Dhiren Patel, PharmD: The population that I’m specifically dealing with, within the endocrine clinic, is obviously a big percentage of what we do. But if we even take a step back and look at the broader population, I think for those who are either prediabetic or diabetic, the CDC just recently issued their diabetes report card and said that there are 86 million people. And so, you just do the math and you know that 1 in 2, or 2 in 3, are pretty much walking around and would fit into these criteria for it. But that comment regarding the economic burden—it’s not just the direct cost of diabetes, it’s a lot of the indirect costs. When we look at microvascular complications—which is something that we’ve honed in on over the years because we’ve had some long-term trials that show that if you get patients to goal early and keep them there, you’re going to prevent retinopathy, neuropathy, and nephropathy—you can kind of see the costs adding up quickly with blindness and dialysis and what have you.
More often, in recent times, we have been focusing on and shifting to cardiovascular disease, which I think is not enough.

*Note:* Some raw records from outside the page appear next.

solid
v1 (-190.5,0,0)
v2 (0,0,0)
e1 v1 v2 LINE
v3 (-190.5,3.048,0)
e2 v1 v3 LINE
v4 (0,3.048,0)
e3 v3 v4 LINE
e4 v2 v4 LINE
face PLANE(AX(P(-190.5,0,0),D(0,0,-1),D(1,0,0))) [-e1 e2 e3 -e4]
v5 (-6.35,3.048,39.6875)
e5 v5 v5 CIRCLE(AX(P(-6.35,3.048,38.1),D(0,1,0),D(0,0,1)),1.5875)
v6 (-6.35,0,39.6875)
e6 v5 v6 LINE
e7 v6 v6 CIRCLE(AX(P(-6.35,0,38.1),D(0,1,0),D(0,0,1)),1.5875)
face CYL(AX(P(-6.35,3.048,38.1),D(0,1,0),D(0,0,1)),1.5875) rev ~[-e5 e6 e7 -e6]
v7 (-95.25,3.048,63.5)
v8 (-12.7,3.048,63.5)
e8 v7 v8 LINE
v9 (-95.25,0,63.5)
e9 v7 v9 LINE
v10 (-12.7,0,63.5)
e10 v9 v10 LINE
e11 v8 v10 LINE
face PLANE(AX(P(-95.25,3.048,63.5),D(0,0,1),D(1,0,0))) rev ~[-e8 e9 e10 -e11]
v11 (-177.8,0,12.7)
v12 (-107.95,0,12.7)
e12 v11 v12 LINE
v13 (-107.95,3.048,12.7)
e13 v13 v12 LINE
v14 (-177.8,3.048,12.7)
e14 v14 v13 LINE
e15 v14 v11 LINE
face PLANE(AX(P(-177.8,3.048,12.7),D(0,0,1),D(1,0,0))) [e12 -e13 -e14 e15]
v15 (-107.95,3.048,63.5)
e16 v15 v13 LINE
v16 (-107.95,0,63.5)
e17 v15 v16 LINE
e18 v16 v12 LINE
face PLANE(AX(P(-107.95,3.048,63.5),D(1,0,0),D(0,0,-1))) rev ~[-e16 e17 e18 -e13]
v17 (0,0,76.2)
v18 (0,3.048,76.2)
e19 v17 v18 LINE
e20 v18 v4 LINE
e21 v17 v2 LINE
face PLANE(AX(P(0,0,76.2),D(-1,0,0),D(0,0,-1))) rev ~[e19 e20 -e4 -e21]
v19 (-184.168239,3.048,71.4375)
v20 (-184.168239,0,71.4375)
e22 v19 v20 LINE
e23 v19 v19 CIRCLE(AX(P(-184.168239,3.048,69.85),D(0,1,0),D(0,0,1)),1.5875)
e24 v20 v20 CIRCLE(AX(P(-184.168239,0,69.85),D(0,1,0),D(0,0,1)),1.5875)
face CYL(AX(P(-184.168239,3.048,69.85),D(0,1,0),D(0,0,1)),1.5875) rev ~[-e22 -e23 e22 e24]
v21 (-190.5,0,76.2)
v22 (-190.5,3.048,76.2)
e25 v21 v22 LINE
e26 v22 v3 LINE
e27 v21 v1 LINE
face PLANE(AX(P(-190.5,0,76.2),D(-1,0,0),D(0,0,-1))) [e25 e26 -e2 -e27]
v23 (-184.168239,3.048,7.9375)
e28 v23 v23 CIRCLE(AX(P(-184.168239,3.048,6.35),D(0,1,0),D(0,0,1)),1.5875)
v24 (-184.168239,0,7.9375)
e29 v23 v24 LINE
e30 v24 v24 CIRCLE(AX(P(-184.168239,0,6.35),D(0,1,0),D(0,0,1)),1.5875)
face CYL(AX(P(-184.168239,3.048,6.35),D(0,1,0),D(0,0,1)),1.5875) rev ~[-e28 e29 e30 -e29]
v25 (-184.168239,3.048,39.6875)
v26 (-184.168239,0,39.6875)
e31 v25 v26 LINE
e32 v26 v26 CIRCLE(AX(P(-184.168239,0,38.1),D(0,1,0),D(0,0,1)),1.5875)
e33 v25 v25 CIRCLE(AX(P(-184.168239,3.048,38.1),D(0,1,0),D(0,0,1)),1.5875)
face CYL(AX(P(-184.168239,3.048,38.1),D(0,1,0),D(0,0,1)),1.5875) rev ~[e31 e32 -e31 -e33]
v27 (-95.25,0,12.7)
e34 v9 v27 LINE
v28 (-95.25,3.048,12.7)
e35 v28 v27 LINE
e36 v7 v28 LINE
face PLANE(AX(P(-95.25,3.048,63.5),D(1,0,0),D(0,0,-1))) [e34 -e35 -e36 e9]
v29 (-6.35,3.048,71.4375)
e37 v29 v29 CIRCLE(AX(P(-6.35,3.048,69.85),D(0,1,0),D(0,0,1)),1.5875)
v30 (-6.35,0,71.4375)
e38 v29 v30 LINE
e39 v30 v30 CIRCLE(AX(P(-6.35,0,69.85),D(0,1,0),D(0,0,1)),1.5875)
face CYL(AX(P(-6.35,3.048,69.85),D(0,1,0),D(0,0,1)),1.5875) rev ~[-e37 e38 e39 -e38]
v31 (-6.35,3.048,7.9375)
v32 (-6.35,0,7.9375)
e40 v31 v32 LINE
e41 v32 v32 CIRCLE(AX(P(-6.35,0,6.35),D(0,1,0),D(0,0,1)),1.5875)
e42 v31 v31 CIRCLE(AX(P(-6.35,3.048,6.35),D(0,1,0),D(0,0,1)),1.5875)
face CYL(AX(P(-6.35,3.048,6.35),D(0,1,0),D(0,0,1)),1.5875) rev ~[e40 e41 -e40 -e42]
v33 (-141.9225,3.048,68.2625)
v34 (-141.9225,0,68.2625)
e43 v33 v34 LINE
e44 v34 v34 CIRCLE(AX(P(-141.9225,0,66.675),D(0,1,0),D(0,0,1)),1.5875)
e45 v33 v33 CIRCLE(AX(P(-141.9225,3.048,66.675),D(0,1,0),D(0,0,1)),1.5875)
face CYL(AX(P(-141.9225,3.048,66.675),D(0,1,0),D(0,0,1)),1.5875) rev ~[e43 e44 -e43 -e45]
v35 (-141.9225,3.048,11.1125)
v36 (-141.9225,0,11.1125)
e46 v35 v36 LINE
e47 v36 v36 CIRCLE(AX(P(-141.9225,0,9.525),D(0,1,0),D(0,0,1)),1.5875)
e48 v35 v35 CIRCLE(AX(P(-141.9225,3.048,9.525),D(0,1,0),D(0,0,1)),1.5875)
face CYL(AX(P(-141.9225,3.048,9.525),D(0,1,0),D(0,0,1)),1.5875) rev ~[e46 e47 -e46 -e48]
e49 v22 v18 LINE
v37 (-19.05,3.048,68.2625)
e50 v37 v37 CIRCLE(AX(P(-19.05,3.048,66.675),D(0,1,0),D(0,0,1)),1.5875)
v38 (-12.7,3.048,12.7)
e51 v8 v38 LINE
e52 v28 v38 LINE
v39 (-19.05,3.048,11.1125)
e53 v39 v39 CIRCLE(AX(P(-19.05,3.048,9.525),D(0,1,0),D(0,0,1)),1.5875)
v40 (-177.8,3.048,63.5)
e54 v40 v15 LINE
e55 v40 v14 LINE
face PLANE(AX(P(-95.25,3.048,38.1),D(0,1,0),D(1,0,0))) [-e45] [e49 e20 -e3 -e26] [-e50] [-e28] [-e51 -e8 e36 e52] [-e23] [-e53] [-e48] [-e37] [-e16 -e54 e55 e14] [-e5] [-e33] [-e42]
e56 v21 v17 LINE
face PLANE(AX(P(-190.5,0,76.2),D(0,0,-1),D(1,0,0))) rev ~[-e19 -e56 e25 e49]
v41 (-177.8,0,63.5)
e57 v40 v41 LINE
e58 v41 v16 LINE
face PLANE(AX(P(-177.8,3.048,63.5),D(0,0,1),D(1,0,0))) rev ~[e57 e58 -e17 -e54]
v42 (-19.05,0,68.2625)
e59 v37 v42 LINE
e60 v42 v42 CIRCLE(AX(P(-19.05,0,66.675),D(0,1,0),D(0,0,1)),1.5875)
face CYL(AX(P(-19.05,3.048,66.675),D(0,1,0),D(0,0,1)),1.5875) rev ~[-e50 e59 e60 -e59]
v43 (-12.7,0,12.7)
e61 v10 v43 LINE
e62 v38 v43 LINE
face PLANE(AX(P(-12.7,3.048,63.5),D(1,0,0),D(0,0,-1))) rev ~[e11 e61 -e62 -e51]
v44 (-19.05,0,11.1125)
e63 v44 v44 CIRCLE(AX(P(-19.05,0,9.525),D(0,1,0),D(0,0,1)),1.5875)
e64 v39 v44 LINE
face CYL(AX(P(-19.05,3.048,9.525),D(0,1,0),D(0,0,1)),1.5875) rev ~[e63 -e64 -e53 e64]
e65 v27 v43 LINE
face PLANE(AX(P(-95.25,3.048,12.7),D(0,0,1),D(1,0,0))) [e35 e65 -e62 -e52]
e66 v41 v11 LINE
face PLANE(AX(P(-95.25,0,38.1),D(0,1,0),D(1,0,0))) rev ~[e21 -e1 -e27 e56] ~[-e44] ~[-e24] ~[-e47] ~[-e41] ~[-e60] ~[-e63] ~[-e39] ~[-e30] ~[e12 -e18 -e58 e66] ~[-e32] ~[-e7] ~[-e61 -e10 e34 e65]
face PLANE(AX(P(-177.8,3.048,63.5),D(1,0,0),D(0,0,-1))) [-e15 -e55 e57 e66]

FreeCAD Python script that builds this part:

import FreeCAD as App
import Part
import Sketcher

V = App.Vector
Q = App.Units.Quantity

doc = App.newDocument("Part")
body = doc.addObject("PartDesign::Body", "Body")

sketch1 = doc.addObject("Sketcher::SketchObject", "Sketch")
body.addObject(sketch1)
sketch1.AttachmentSupport = (doc.XZ_Plane, [""])
sketch1.MapMode = "FlatFace"
sketch1.addGeometry(Part.LineSegment(V(-190, 0, 0), V(-190, 76, 0)), False)
sketch1.addGeometry(Part.LineSegment(V(-190, 76, 0), V(0, 76, 0)), False)
sketch1.addGeometry(Part.LineSegment(V(0, 76, 0), V(0, 0, 0)), False)
sketch1.addGeometry(Part.LineSegment(V(0, 0, 0), V(-190, 0, 0)), False)
sketch1.addConstraint(Sketcher.Constraint("Coincident", 0, 2, 1, 1))
sketch1.addConstraint(Sketcher.Constraint("Coincident", 1, 2, 2, 1))
sketch1.addConstraint(Sketcher.Constraint("Coincident", 2, 2, 3, 1))
sketch1.addConstraint(Sketcher.Constraint("Coincident", 3, 2, 0, 1))
sketch1.addConstraint(Sketcher.Constraint("Vertical", 0))
sketch1.addConstraint(Sketcher.Constraint("Horizontal", 1))
sketch1.addConstraint(Sketcher.Constraint("Vertical", 2))
sketch1.addConstraint(Sketcher.Constraint("Horizontal", 3))
sketch1.addConstraint(Sketcher.Constraint("Coincident", 2, 2, -1, 1))
sketch1.addConstraint(Sketcher.Constraint("DistanceY", 0, 1, 0, 2, Q("3 in")))
sketch1.addConstraint(Sketcher.Constraint("DistanceX", 1, 1, 1, 2, Q("7.5 in")))
pad1 = doc.addObject("PartDesign::Pad", "Pad")
body.addObject(pad1)
pad1.Profile = sketch1
pad1.Length = Q("0.12 in")
pad1.Reversed = True

sketch2 = doc.addObject("Sketcher::SketchObject", "Sketch001")
body.addObject(sketch2)
sketch2.AttachmentSupport = (doc.XZ_Plane, [""])
sketch2.MapMode = "FlatFace"
sketch2.AttachmentOffset = App.Placement(V(0, 0, -0.12 * 25.4), App.Rotation())
sketch2.addGeometry(Part.LineSegment(V(-95, 13, 0), V(-95, 64, 0)), False)
sketch2.addGeometry(Part.LineSegment(V(-95, 64, 0), V(-13, 64, 0)), False)
sketch2.addGeometry(Part.LineSegment(V(-13, 64, 0), V(-13, 13, 0)), False)
sketch2.addGeometry(Part.LineSegment(V(-13, 13, 0), V(-95, 13, 0)), False)
sketch2.addGeometry(Part.LineSegment(V(-178, 13, 0), V(-178, 64, 0)), False)
sketch2.addGeometry(Part.LineSegment(V(-178, 64, 0), V(-108, 64, 0)), False)
sketch2.addGeometry(Part.LineSegment(V(-108, 64, 0), V(-108, 13, 0)), False)
sketch2.addGeometry(Part.LineSegment(V(-108, 13, 0), V(-178, 13, 0)), False)
sketch2.addConstraint(Sketcher.Constraint("Coincident", 0, 2, 1, 1))
sketch2.addConstraint(Sketcher.Constraint("Coincident", 1, 2, 2, 1))
sketch2.addConstraint(Sketcher.Constraint("Coincident", 2, 2, 3, 1))
sketch2.addConstraint(Sketcher.Constraint("Coincident", 3, 2, 0, 1))
sketch2.addConstraint(Sketcher.Constraint("Coincident", 4, 2, 5, 1))
sketch2.addConstraint(Sketcher.Constraint("Coincident", 5, 2, 6, 1))
sketch2.addConstraint(Sketcher.Constraint("Coincident", 6, 2, 7, 1))
sketch2.addConstraint(Sketcher.Constraint("Coincident", 7, 2, 4, 1))
sketch2.addConstraint(Sketcher.Constraint("Vertical", 0))
sketch2.addConstraint(Sketcher.Constraint("Horizontal", 1))
sketch2.addConstraint(Sketcher.Constraint("Vertical", 2))
sketch2.addConstraint(Sketcher.Constraint("Horizontal", 3))
sketch2.addConstraint(Sketcher.Constraint("Vertical", 4))
sketch2.addConstraint(Sketcher.Constraint("Horizontal", 5))
sketch2.addConstraint(Sketcher.Constraint("Vertical", 6))
sketch2.addConstraint(Sketcher.Constraint("Horizontal", 7))
sketch2.addConstraint(Sketcher.Constraint("Horizontal", 1, 2, 4, 2))
sketch2.addConstraint(Sketcher.Constraint("Horizontal", 3, 2, 6, 2))
sketch2.addConstraint(Sketcher.Constraint("DistanceY", 0, 1, 0, 2, Q("2 in")))
sketch2.addConstraint(Sketcher.Constraint("DistanceX", 4, 2, -1, 1, Q("7 in")))
sketch2.addConstraint(Sketcher.Constraint("DistanceX", 1, 1, 1, 2, Q("3.25 in")))
sketch2.addConstraint(Sketcher.Constraint("DistanceX", 5, 1, 5, 2, Q("2.75 in")))
sketch2.addConstraint(Sketcher.Constraint("DistanceY", -1, 1, 0, 2, Q("2.5 in")))
sketch2.addConstraint(Sketcher.Constraint("DistanceX", 1, 2, -1, 1, Q("0.5 in")))
pocket1 = doc.addObject("PartDesign::Pocket", "Pocket")
body.addObject(pocket1)
pocket1.Profile = sketch2
pocket1.Length = Q("0.12 in")
pocket1.Reversed = True

sketch3 = doc.addObject("Sketcher::SketchObject", "Sketch002")
body.addObject(sketch3)
sketch3.AttachmentSupport = (doc.XZ_Plane, [""])
sketch3.MapMode = "FlatFace"
sketch3.AttachmentOffset = App.Placement(V(0, 0, -0.12 * 25.4), App.Rotation())
sketch3.addGeometry(Part.Circle(V(-6.3, 38.1, 0), V(0, 0, 1), 1.6), False)
sketch3.addGeometry(Part.Circle(V(-184.2, 38.1, 0), V(0, 0, 1), 1.6), False)
sketch3.addGeometry(Part.Circle(V(-6.3, 6.3, 0), V(0, 0, 1), 1.6), False)
sketch3.addGeometry(Part.Circle(V(-184.2, 6.3, 0), V(0, 0, 1), 1.6), False)
sketch3.addGeometry(Part.Circle(V(-184.2, 69.8, 0), V(0, 0, 1), 1.6), False)
sketch3.addGeometry(Part.Circle(V(-6.3, 69.8, 0), V(0, 0, 1), 1.6), False)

If we actually look at those microvascular complications, a small majority of patients actually die from those things. If we look at those patients who have diabetes, and look at what they’re dying from, 8 out of 10 of them are dying from a cardiovascular cause or cardiovascular disease, and so it’s really important to not just focus on the microvascular complications, but also to focus on the macrovascular complications. Now, we know that if we can affect that, it’s going to affect the long-term cost, as well.
Troy Trygstad, PharmD, MBA, PhD: So, in many ways, what you’re saying is we have 2 silent killers that are really…
Dhiren Patel, PharmD: Converging.
Troy Trygstad, PharmD, MBA, PhD: In the same neighborhood?
Dhiren Patel, PharmD: Yes.
Troy Trygstad, PharmD, MBA, PhD: And so, we’ve got some scary numbers—with respect to the proportion of a primary care practice’s effort, the economics of it, and the reduction in life.
Tripp, you’re from a small town in Missouri. What’s the impact of diabetes on the community as a whole? What do you see as you’re walking down the street to your pharmacy and as folks are walking into the pharmacy? I think it’s important for the audience to step back and think about the totality, again, of this disease state and why it’s so important for us to figure it out, treat it, and come up with prevention programs.
Tripp Logan, PharmD: I’m in the Mississippi River Delta, so when I walk down the street, I see catfish, fried chicken, and sweet tea. Not only is this a notoriously poor area of the country, all the way up and down the Mississippi River, but there is a high incidence of diabetes. The incidence is so high that in our state, Missouri, the most current dollars that are going to diabetes prevention are first offered to my part of the country. And it’s not only just in the pharmacy or in the physician’s office or in the emergency room, it’s in the neighborhoods. There are so many people who have a grandmother and a mother and an aunt who have diabetes—well, they probably do, or they have prediabetes, and it’s somebody we need to be engaging with. How do we do that? What’s the benefit for the patient? How can a pharmacy be compensated to spend time with this patient? It’s everywhere, and I don’t think we’re unique. I think we’re a unique part of the country, but I don’t think it’s a unique problem.